I'm trying to make a searchable phone/local business directory using Apache Lucene.
I have fields for street name, business name, phone number etc. The problem that I'm having is that when I try to search by street where the street name has multiple words (e.g. 'the crescent'), no results are returned. But if I try to search with just one word, e.g 'crescent', I get all the results that I want.

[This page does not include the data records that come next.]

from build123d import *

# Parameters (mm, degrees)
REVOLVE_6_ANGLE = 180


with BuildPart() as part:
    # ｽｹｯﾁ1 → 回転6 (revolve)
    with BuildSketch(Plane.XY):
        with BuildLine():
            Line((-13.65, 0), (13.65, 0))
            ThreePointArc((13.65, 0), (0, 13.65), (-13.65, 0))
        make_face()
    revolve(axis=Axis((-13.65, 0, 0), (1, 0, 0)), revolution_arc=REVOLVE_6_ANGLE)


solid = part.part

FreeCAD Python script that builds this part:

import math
import FreeCAD as App
import Part
import Sketcher

V = App.Vector

doc = App.newDocument("Part")
body = doc.addObject("PartDesign::Body", "Body")

# Sketch on XY plane
sketch1 = doc.addObject("Sketcher::SketchObject", "Sketch")
body.addObject(sketch1)
sketch1.AttachmentSupport = (doc.XY_Plane, [""])
sketch1.MapMode = "FlatFace"
sketch1.addGeometry([
    Part.LineSegment(V(-14, 0, 0), V(14, 0, 0)),
    Part.ArcOfCircle(Part.Circle(V(0, 0, 0), V(0, 0, 1), 14), math.radians(0), math.radians(180)),
], False)
sketch1.addConstraint([
    Sketcher.Constraint("Coincident", 0, 1, 1, 2),
    Sketcher.Constraint("Coincident", 1, 1, 0, 2),
    Sketcher.Constraint("Horizontal", 0),
    Sketcher.Constraint("Coincident", 1, 3, -1, 1),
    Sketcher.Constraint("PointOnObject", 0, 1, -1),
    Sketcher.Constraint("Radius", 1, 13.65),
])
revolution = doc.addObject("PartDesign::Revolution", "Revolution")
body.addObject(revolution)
revolution.Profile = sketch1
revolution.ReferenceAxis = (sketch1, ["H_Axis"])
revolution.Angle = 180

doc.recompute()
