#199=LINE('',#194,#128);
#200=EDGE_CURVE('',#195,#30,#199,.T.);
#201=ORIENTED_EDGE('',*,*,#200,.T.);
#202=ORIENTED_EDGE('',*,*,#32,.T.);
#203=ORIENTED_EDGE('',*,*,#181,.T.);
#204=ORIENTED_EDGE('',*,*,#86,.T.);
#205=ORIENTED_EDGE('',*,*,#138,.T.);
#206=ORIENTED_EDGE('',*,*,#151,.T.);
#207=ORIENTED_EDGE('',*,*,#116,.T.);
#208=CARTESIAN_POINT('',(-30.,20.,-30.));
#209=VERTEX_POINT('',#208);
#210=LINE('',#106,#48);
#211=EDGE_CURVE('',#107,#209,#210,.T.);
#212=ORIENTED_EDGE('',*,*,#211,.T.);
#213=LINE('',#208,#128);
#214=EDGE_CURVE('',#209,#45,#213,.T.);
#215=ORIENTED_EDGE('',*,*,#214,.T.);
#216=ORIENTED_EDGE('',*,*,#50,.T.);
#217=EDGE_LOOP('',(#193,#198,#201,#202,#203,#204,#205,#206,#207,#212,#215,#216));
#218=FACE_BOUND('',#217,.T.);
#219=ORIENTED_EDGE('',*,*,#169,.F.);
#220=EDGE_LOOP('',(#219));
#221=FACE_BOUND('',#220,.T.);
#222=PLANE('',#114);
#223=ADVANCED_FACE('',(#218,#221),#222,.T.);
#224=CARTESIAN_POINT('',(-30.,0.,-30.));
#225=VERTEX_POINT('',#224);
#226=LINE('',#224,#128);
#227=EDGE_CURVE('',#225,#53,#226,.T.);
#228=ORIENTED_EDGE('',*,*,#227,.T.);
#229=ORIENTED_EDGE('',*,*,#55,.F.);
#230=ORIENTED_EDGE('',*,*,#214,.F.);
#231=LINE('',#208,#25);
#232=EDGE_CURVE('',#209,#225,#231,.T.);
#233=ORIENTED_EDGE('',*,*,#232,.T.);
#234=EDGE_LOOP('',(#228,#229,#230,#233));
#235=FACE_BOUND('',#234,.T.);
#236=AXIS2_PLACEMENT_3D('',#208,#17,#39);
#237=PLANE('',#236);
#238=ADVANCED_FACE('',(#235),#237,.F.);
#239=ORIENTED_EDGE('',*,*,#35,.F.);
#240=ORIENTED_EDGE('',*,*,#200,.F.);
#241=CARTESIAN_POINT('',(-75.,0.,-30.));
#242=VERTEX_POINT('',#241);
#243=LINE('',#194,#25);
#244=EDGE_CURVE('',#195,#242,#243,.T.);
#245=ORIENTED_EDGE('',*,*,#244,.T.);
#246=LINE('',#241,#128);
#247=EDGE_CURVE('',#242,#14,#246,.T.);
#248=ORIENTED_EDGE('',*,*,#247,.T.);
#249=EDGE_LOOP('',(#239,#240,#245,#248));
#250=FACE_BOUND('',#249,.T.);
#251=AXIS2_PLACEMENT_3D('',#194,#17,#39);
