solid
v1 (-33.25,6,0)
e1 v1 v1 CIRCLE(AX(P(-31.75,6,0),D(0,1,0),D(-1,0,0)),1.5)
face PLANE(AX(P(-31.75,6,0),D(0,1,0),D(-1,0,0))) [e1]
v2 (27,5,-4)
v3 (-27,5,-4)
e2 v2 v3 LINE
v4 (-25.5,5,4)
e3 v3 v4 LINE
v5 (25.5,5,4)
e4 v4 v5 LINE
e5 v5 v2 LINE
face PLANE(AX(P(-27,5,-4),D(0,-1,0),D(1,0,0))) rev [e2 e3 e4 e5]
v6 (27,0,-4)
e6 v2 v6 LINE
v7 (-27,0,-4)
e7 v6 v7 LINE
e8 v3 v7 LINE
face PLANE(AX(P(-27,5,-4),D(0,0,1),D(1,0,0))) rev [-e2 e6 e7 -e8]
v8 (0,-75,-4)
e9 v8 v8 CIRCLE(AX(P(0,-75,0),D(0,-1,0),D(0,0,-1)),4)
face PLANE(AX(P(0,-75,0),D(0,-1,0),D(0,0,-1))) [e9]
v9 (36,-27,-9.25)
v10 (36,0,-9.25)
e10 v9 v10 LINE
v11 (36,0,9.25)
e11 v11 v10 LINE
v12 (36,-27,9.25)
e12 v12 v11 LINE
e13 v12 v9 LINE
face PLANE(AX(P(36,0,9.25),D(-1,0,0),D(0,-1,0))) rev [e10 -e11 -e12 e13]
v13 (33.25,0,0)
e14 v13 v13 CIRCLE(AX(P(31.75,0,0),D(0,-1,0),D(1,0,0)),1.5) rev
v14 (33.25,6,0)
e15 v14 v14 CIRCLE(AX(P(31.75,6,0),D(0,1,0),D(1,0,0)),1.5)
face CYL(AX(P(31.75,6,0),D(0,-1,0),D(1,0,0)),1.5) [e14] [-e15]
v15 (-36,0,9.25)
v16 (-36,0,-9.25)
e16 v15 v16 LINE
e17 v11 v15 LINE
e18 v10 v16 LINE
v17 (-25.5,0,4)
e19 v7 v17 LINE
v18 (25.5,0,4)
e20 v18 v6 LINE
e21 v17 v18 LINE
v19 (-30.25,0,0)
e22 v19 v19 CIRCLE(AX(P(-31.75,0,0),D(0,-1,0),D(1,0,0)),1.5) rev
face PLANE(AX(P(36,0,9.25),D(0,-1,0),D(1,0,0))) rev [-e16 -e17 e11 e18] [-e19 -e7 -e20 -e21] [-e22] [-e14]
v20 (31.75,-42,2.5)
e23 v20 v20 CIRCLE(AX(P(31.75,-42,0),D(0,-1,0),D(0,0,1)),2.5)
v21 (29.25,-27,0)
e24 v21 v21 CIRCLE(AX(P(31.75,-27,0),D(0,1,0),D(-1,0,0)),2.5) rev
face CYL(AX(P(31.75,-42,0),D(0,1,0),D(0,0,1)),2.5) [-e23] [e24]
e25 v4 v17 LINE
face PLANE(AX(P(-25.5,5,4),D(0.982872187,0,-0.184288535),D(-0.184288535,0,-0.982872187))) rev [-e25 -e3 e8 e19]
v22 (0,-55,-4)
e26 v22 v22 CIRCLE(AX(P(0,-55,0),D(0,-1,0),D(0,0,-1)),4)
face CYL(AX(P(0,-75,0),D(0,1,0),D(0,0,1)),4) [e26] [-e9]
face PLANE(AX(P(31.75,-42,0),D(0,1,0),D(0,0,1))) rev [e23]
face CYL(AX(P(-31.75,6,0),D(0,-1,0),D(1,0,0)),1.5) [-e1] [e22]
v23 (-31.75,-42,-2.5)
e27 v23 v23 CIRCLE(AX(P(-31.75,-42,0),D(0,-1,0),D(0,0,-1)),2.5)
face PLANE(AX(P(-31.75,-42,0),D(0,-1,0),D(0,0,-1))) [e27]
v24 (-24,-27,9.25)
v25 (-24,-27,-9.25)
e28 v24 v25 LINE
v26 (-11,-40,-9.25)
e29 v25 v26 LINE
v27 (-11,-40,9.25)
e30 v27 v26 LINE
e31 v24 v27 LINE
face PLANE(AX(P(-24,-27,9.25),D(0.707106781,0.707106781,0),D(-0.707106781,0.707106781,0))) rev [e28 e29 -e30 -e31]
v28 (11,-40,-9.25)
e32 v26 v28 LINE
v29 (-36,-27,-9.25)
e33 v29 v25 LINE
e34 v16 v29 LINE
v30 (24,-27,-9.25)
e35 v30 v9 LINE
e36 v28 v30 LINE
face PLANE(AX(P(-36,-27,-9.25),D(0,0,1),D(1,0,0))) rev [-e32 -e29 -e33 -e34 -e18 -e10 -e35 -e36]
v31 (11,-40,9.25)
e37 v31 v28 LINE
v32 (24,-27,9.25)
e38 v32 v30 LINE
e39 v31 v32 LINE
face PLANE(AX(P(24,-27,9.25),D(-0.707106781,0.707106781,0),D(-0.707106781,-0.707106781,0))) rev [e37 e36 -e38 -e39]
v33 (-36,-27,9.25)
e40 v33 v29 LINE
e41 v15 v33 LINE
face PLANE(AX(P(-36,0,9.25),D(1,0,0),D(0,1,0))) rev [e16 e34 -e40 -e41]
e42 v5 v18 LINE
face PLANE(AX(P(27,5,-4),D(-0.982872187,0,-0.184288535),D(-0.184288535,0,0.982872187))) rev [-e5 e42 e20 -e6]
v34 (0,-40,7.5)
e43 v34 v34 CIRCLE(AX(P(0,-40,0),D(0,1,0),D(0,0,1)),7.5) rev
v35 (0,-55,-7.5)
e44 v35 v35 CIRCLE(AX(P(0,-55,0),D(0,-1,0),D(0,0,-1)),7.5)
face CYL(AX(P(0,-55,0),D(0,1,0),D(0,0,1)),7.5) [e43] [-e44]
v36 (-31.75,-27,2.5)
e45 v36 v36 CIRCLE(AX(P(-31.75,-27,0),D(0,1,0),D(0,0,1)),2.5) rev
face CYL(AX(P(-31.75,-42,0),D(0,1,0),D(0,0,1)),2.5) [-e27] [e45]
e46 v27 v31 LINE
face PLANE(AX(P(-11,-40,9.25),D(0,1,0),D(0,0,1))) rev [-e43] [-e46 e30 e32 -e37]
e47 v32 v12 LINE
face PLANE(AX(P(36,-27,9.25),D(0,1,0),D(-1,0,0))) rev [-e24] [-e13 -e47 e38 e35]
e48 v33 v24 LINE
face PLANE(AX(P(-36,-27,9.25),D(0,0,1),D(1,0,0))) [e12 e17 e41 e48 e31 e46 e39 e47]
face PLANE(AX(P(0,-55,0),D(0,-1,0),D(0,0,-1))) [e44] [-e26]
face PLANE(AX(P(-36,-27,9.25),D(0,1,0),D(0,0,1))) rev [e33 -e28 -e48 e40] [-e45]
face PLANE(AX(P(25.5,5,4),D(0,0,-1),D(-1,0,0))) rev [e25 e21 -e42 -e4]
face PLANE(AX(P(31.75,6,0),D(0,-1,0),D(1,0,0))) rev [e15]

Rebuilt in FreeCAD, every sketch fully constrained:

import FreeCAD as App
import Part
import Sketcher

V = App.Vector
Q = App.Units.Quantity

doc = App.newDocument("Part")
body = doc.addObject("PartDesign::Body", "Body")

sketch1 = body.newObject("Sketcher::SketchObject", "Sketch")
sketch1.AttachmentSupport = (doc.getObject("XY_Plane"), [""])
sketch1.MapMode = "FlatFace"
sketch1.addGeometry([
    Part.LineSegment(V(36, 0, 0), V(-36, 0, 0)),
    Part.LineSegment(V(-36, 0, 0), V(-36, -27, 0)),
    Part.LineSegment(V(-36, -27, 0), V(-24, -27, 0)),
    Part.LineSegment(V(-24, -27, 0), V(-11, -40, 0)),
    Part.LineSegment(V(-11, -40, 0), V(11, -40, 0)),
    Part.LineSegment(V(11, -40, 0), V(24, -27, 0)),
    Part.LineSegment(V(24, -27, 0), V(36, -27, 0)),
    Part.LineSegment(V(36, -27, 0), V(36, 0, 0)),
], False)
sketch1.addConstraint([
    Sketcher.Constraint("Coincident", 0, 2, 1, 1),
    Sketcher.Constraint("Coincident", 1, 2, 2, 1),
    Sketcher.Constraint("Coincident", 2, 2, 3, 1),
    Sketcher.Constraint("Coincident", 3, 2, 4, 1),
    Sketcher.Constraint("Coincident", 4, 2, 5, 1),
    Sketcher.Constraint("Coincident", 5, 2, 6, 1),
    Sketcher.Constraint("Coincident", 6, 2, 7, 1),
    Sketcher.Constraint("Coincident", 7, 2, 0, 1),
    Sketcher.Constraint("Horizontal", 0),
    Sketcher.Constraint("Vertical", 1),
    Sketcher.Constraint("Horizontal", 2),
    Sketcher.Constraint("Horizontal", 4),
    Sketcher.Constraint("Horizontal", 6),
    Sketcher.Constraint("Vertical", 7),
    Sketcher.Constraint("Symmetric", 0, 2, 7, 2, -1, 1),
    Sketcher.Constraint("Symmetric", 2, 2, 5, 2, -2),
    Sketcher.Constraint("Perpendicular", 3, 5),
    Sketcher.Constraint("Equal", 3, 5),
    Sketcher.Constraint("DistanceX", 0, 2, 0, 1, Q("72 mm")),
    Sketcher.Constraint("DistanceX", 2, 1, 2, 2, Q("12 mm")),
    Sketcher.Constraint("DistanceX", 4, 1, 4, 2, Q("22 mm")),
    Sketcher.Constraint("DistanceY", 1, 2, 1, 1, Q("27 mm")),
])
pad1 = body.newObject("PartDesign::Pad", "Pad")
pad1.Profile = sketch1
pad1.Length = 18.5
pad1.Midplane = True

sketch2 = body.newObject("Sketcher::SketchObject", "Sketch001")
sketch2.AttachmentSupport = (doc.getObject("XZ_Plane"), [""])
sketch2.MapMode = "FlatFace"
sketch2.AttachmentOffset = App.Placement(V(0, 0, 40), App.Rotation())
sketch2.addGeometry(Part.Circle(V(0, 0, 0), V(0, 0, 1), 7.5), False)
sketch2.addConstraint([
    Sketcher.Constraint("Coincident", 0, 3, -1, 1),
    Sketcher.Constraint("Diameter", 0, Q("15 mm")),
])
pad2 = body.newObject("PartDesign::Pad", "Pad001")
pad2.Profile = sketch2
pad2.Length = 15

sketch3 = body.newObject("Sketcher::SketchObject", "Sketch002")
sketch3.AttachmentSupport = (doc.getObject("XZ_Plane"), [""])
sketch3.MapMode = "FlatFace"
sketch3.AttachmentOffset = App.Placement(V(0, 0, 55), App.Rotation())
sketch3.addGeometry(Part.Circle(V(0, 0, 0), V(0, 0, 1), 4), False)
sketch3.addConstraint([
    Sketcher.Constraint("Coincident", 0, 3, -1, 1),
    Sketcher.Constraint("Diameter", 0, Q("8 mm")),
])
pad3 = body.newObject("PartDesign::Pad", "Pad002")
pad3.Profile = sketch3
pad3.Length = 20

sketch4 = body.newObject("Sketcher::SketchObject", "Sketch003")
sketch4.AttachmentSupport = (doc.getObject("XZ_Plane"), [""])
sketch4.MapMode = "FlatFace"
sketch4.AttachmentOffset = App.Placement(V(0, 0, 27), App.Rotation())
sketch4.addGeometry([
    Part.Circle(V(-31.75, 0, 0), V(0, 0, 1), 2.5),
    Part.Circle(V(31.75, 0, 0), V(0, 0, 1), 2.5),
], False)
sketch4.addConstraint([
    Sketcher.Constraint("Equal", 0, 1),
    Sketcher.Constraint("Symmetric", 0, 3, 1, 3, -1, 1),
    Sketcher.Constraint("PointOnObject", 0, 3, -1),
    Sketcher.Constraint("Diameter", 0, Q("5 mm")),
    Sketcher.Constraint("DistanceX", 0, 3, 1, 3, Q("63.5 mm")),
])
pad4 = body.newObject("PartDesign::Pad", "Pad003")
pad4.Profile = sketch4
pad4.Length = 15

sketch5 = body.newObject("Sketcher::SketchObject", "Sketch004")
sketch5.AttachmentSupport = (doc.getObject("XZ_Plane"), [""])
sketch5.MapMode = "FlatFace"
sketch5.addGeometry([
    Part.LineSegment(V(27, -4, 0), V(-27, -4, 0)),
    Part.LineSegment(V(-27, -4, 0), V(-25.5, 4, 0)),
    Part.LineSegment(V(-25.5, 4, 0), V(25.5, 4, 0)),
    Part.LineSegment(V(25.5, 4, 0), V(27, -4, 0)),
], False)
sketch5.addConstraint([
    Sketcher.Constraint("Coincident", 0, 2, 1, 1),
    Sketcher.Constraint("Coincident", 1, 2, 2, 1),
    Sketcher.Constraint("Coincident", 2, 2, 3, 1),
    Sketcher.Constraint("Coincident", 3, 2, 0, 1),
    Sketcher.Constraint("Horizontal", 0),
    Sketcher.Constraint("Horizontal", 2),
    Sketcher.Constraint("Equal", 1, 3),
    Sketcher.Constraint("DistanceX", 0, 2, 0, 1, Q("54 mm")),
    Sketcher.Constraint("DistanceX", 2, 1, 2, 2, Q("51 mm")),
    Sketcher.Constraint("DistanceX", 0, 2, -1, 1, Q("27 mm")),
    Sketcher.Constraint("DistanceY", 0, 2, -1, 1, Q("4 mm")),
    Sketcher.Constraint("DistanceY", -1, 1, 1, 2, Q("4 mm")),
])
pad5 = body.newObject("PartDesign::Pad", "Pad004")
pad5.Profile = sketch5
pad5.Length = 5
pad5.Reversed = True

sketch6 = body.newObject("Sketcher::SketchObject", "Sketch005")
sketch6.AttachmentSupport = (doc.getObject("XZ_Plane"), [""])
sketch6.MapMode = "FlatFace"
sketch6.addGeometry([
    Part.Circle(V(-31.75, 0, 0), V(0, 0, 1), 1.5),
    Part.Circle(V(31.75, 0, 0), V(0, 0, 1), 1.5),
], False)
sketch6.addConstraint([
    Sketcher.Constraint("Equal", 0, 1),
    Sketcher.Constraint("Symmetric", 0, 3, 1, 3, -1, 1),
    Sketcher.Constraint("PointOnObject", 0, 3, -1),
    Sketcher.Constraint("Diameter", 0, Q("3 mm")),
    Sketcher.Constraint("DistanceX", 0, 3, 1, 3, Q("63.5 mm")),
])
pad6 = body.newObject("PartDesign::Pad", "Pad005")
pad6.Profile = sketch6
pad6.Length = 6
pad6.Reversed = True

doc.recompute()
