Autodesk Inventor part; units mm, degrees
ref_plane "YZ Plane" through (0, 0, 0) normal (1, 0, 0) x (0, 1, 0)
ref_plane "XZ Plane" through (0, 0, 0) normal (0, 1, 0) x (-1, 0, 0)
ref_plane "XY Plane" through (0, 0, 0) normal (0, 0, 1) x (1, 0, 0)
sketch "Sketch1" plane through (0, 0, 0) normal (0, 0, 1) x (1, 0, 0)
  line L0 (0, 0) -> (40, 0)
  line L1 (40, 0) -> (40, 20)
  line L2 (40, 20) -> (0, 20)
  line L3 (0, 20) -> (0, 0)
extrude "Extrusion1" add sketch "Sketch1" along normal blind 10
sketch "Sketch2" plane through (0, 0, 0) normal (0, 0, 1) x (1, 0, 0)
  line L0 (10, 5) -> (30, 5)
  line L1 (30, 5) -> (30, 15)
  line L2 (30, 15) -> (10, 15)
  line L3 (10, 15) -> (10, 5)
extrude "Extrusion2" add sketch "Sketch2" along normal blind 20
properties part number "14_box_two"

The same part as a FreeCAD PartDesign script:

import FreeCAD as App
import Part
import Sketcher
from FreeCAD import Vector
Q = App.Units.Quantity


def add_polygon(sketch, points):
    """Adds a closed chain of lines whose ends are joined by coincident constraints."""
    first, n = sketch.GeometryCount, len(points)
    for a, b in zip(points, points[1:] + points[:1]):
        sketch.addGeometry(Part.LineSegment(App.Vector(*a, 0), App.Vector(*b, 0)), False)
    for i in range(n):
        sketch.addConstraint(Sketcher.Constraint("Coincident", first + i, 2, first + (i + 1) % n, 1))

doc = App.newDocument("Part")
body = doc.addObject("PartDesign::Body", "Body")

sketch1 = doc.addObject("Sketcher::SketchObject", "Sketch")
body.addObject(sketch1)
sketch1.AttachmentSupport = (doc.XY_Plane, [""])
sketch1.MapMode = "FlatFace"
add_polygon(sketch1, [(0, 20), (0, 0), (40, 0), (40, 20)])
sketch1.addConstraint([
    Sketcher.Constraint("Vertical", 0),
    Sketcher.Constraint("Horizontal", 1),
    Sketcher.Constraint("Vertical", 2),
    Sketcher.Constraint("Horizontal", 3),
    Sketcher.Constraint("Coincident", 0, 2, -1, 1),
    Sketcher.Constraint("DistanceX", 1, 1, 1, 2, Q("40 mm")),
    Sketcher.Constraint("DistanceY", 0, 2, 0, 1, Q("20 mm")),
])
pad1 = doc.addObject("PartDesign::Pad", "Pad")
body.addObject(pad1)
pad1.Profile = sketch1
pad1.Length = 10

sketch2 = doc.addObject("Sketcher::SketchObject", "Sketch001")
body.addObject(sketch2)
sketch2.AttachmentSupport = (doc.XY_Plane, [""])
sketch2.MapMode = "FlatFace"
add_polygon(sketch2, [(10, 15), (10, 5), (30, 5), (30, 15)])
sketch2.addConstraint([
    Sketcher.Constraint("Vertical", 0),
    Sketcher.Constraint("Horizontal", 1),
    Sketcher.Constraint("Vertical", 2),
    Sketcher.Constraint("Horizontal", 3),
    Sketcher.Constraint("DistanceX", 1, 1, 1, 2, Q("20 mm")),
    Sketcher.Constraint("DistanceY", 0, 2, 0, 1, Q("10 mm")),
    Sketcher.Constraint("DistanceX", -1, 1, 0, 2, Q("10 mm")),
    Sketcher.Constraint("DistanceY", -1, 1, 0, 2, Q("5 mm")),
])
pad2 = doc.addObject("PartDesign::Pad", "Pad001")
body.addObject(pad2)
pad2.Profile = sketch2
pad2.Length = 20

doc.recompute()
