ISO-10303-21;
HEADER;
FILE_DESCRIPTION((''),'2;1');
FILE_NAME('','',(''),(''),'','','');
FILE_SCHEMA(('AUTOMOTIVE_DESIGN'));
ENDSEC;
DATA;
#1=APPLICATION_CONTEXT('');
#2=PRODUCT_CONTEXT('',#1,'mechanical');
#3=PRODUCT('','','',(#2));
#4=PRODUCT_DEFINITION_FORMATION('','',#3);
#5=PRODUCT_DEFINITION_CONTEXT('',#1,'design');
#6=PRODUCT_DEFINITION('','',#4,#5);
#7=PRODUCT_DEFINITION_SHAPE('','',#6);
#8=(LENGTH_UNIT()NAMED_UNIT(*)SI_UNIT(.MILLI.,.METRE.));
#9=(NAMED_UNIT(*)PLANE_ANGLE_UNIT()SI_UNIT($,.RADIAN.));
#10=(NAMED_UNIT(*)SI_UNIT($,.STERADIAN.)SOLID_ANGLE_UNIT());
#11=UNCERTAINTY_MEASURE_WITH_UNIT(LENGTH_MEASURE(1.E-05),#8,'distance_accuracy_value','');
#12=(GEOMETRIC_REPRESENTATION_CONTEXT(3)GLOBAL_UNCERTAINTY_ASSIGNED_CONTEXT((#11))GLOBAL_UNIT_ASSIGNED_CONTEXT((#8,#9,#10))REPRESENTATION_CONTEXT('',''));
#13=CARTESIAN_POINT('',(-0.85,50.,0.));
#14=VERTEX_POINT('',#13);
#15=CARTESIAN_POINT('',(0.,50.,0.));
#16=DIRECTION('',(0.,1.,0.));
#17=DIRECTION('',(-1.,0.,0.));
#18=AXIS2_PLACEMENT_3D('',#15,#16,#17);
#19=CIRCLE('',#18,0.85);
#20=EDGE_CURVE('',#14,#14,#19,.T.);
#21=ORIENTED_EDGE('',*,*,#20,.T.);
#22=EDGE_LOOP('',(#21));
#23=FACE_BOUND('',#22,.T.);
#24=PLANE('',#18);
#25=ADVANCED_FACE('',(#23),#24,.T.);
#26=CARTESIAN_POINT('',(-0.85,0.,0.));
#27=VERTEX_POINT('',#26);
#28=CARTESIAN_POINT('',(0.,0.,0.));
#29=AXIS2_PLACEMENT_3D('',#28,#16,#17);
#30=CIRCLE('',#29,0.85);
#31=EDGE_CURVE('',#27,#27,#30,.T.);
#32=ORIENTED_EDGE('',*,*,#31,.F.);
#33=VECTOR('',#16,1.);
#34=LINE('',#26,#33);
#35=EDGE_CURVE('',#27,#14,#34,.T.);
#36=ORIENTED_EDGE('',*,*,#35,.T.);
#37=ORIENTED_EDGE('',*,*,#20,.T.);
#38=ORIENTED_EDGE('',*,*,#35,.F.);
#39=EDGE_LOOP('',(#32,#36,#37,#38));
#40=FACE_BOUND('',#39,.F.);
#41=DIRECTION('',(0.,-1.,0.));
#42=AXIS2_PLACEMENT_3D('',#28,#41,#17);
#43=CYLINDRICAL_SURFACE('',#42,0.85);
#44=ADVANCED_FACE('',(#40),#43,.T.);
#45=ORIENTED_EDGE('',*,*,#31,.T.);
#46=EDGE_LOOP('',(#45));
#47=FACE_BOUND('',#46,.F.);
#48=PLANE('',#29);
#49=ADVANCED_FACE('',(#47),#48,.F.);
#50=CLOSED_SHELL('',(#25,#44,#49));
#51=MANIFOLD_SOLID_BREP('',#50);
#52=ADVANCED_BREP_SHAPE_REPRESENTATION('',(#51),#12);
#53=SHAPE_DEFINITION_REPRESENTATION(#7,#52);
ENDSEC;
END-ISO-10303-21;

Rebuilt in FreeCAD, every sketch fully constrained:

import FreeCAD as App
import Part
import Sketcher
from FreeCAD import Vector
Q = App.Units.Quantity

doc = App.newDocument("Part")
params = doc.addObject("Spreadsheet::Sheet", "Params")
for row, (alias, value) in enumerate([
    ("sketch1_diameter", "1.7 mm"),
    ("pad1_length", "50 mm"),
], start=1):
    params.set(f"A{row}", alias)
    params.set(f"B{row}", "=" + value)
    params.setAlias(f"B{row}", alias)

body = doc.addObject("PartDesign::Body", "Body")

# Sketch on XZ plane
sketch1 = body.newObject("Sketcher::SketchObject", "Sketch")
sketch1.AttachmentSupport = (doc.getObject("XZ_Plane"), [""])
sketch1.MapMode = "FlatFace"
sketch1.addGeometry(Part.Circle(Vector(0, 0, 0), Vector(0, 0, 1), 0.85), False)
sketch1.addConstraint(Sketcher.Constraint("Coincident", 0, 3, -1, 1))
sketch1.addConstraint(Sketcher.Constraint("Diameter", 0, Q("1.7 mm")))
sketch1.setExpression("Constraints[1]", "Params.sketch1_diameter")
pad1 = body.newObject("PartDesign::Pad", "Pad")
pad1.Profile = sketch1
pad1.setExpression("Length", "Params.pad1_length")
pad1.Reversed = True

doc.recompute()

I'm indexing the data with the following:
String LocationOfDirectory = "C:\\dir\\index";
StandardAnalyzer analyzer = new StandardAnalyzer(Version.LUCENE_34);
Directory Index = new SimpleFSDirectory(LocationOfDirectory);
IndexWriterConfig config = new IndexWriterConfig(Version.LUCENE.34, analyzer);
IndexWriter w = new IndexWriter(index, config);
Document doc = new Document();
doc.add(new Field("Street", "the crescent", Field.Store.YES, Field.Index.Analyzed);
w.add(doc);
w.close();
My searches work like this:
int numberOfHits = 200;
String LocationOfDirectory = "C:\\dir\\index";
TopScoreDocCollector collector = TopScoreDocCollector.create(numberOfHits, true);
Directory directory = new SimpleFSDirectory(new File(LocationOfDirectory));
IndexSearcher searcher = new IndexSearcher(IndexReader.open(directory);
WildcardQuery q = new WildcardQuery(new Term("Street", "the crescent");
searcher.search(q, collector);
ScoreDoc[] hits = collector.topDocs().scoreDocs;
I have tried swapping the wildcard query for a phrase query, first with the entire string and then splitting the string up on white space and wrapping them in a BooleanQuery like this:
String term = "the crescent";
BooleanQuery b = new BooleanQuery();
PhraseQuery p = new PhraseQuery();
String[] tokens = term.split(" ");
for(int i = 0 ; i < tokens.length ; ++i)
{
p.add(new Term("Street", tokens[i]));
}
b.add(p, BooleanClause.Occur.MUST);
However, this didn't work. I tried using a KeywordAnalyzer instead of a StandardAnalyzer, but then all other types of search stopped working as well. I have tried replacing spaces with other characters (+ and @), and converting queries to and from this form, but that still doesn't work. I think it doesn't work because + and @ are special characters which are not indexed, but I can't seem to find a list anywhere of which characters are like that.
I'm beginning to go slightly mad, does anyone know what I'm doing wrong?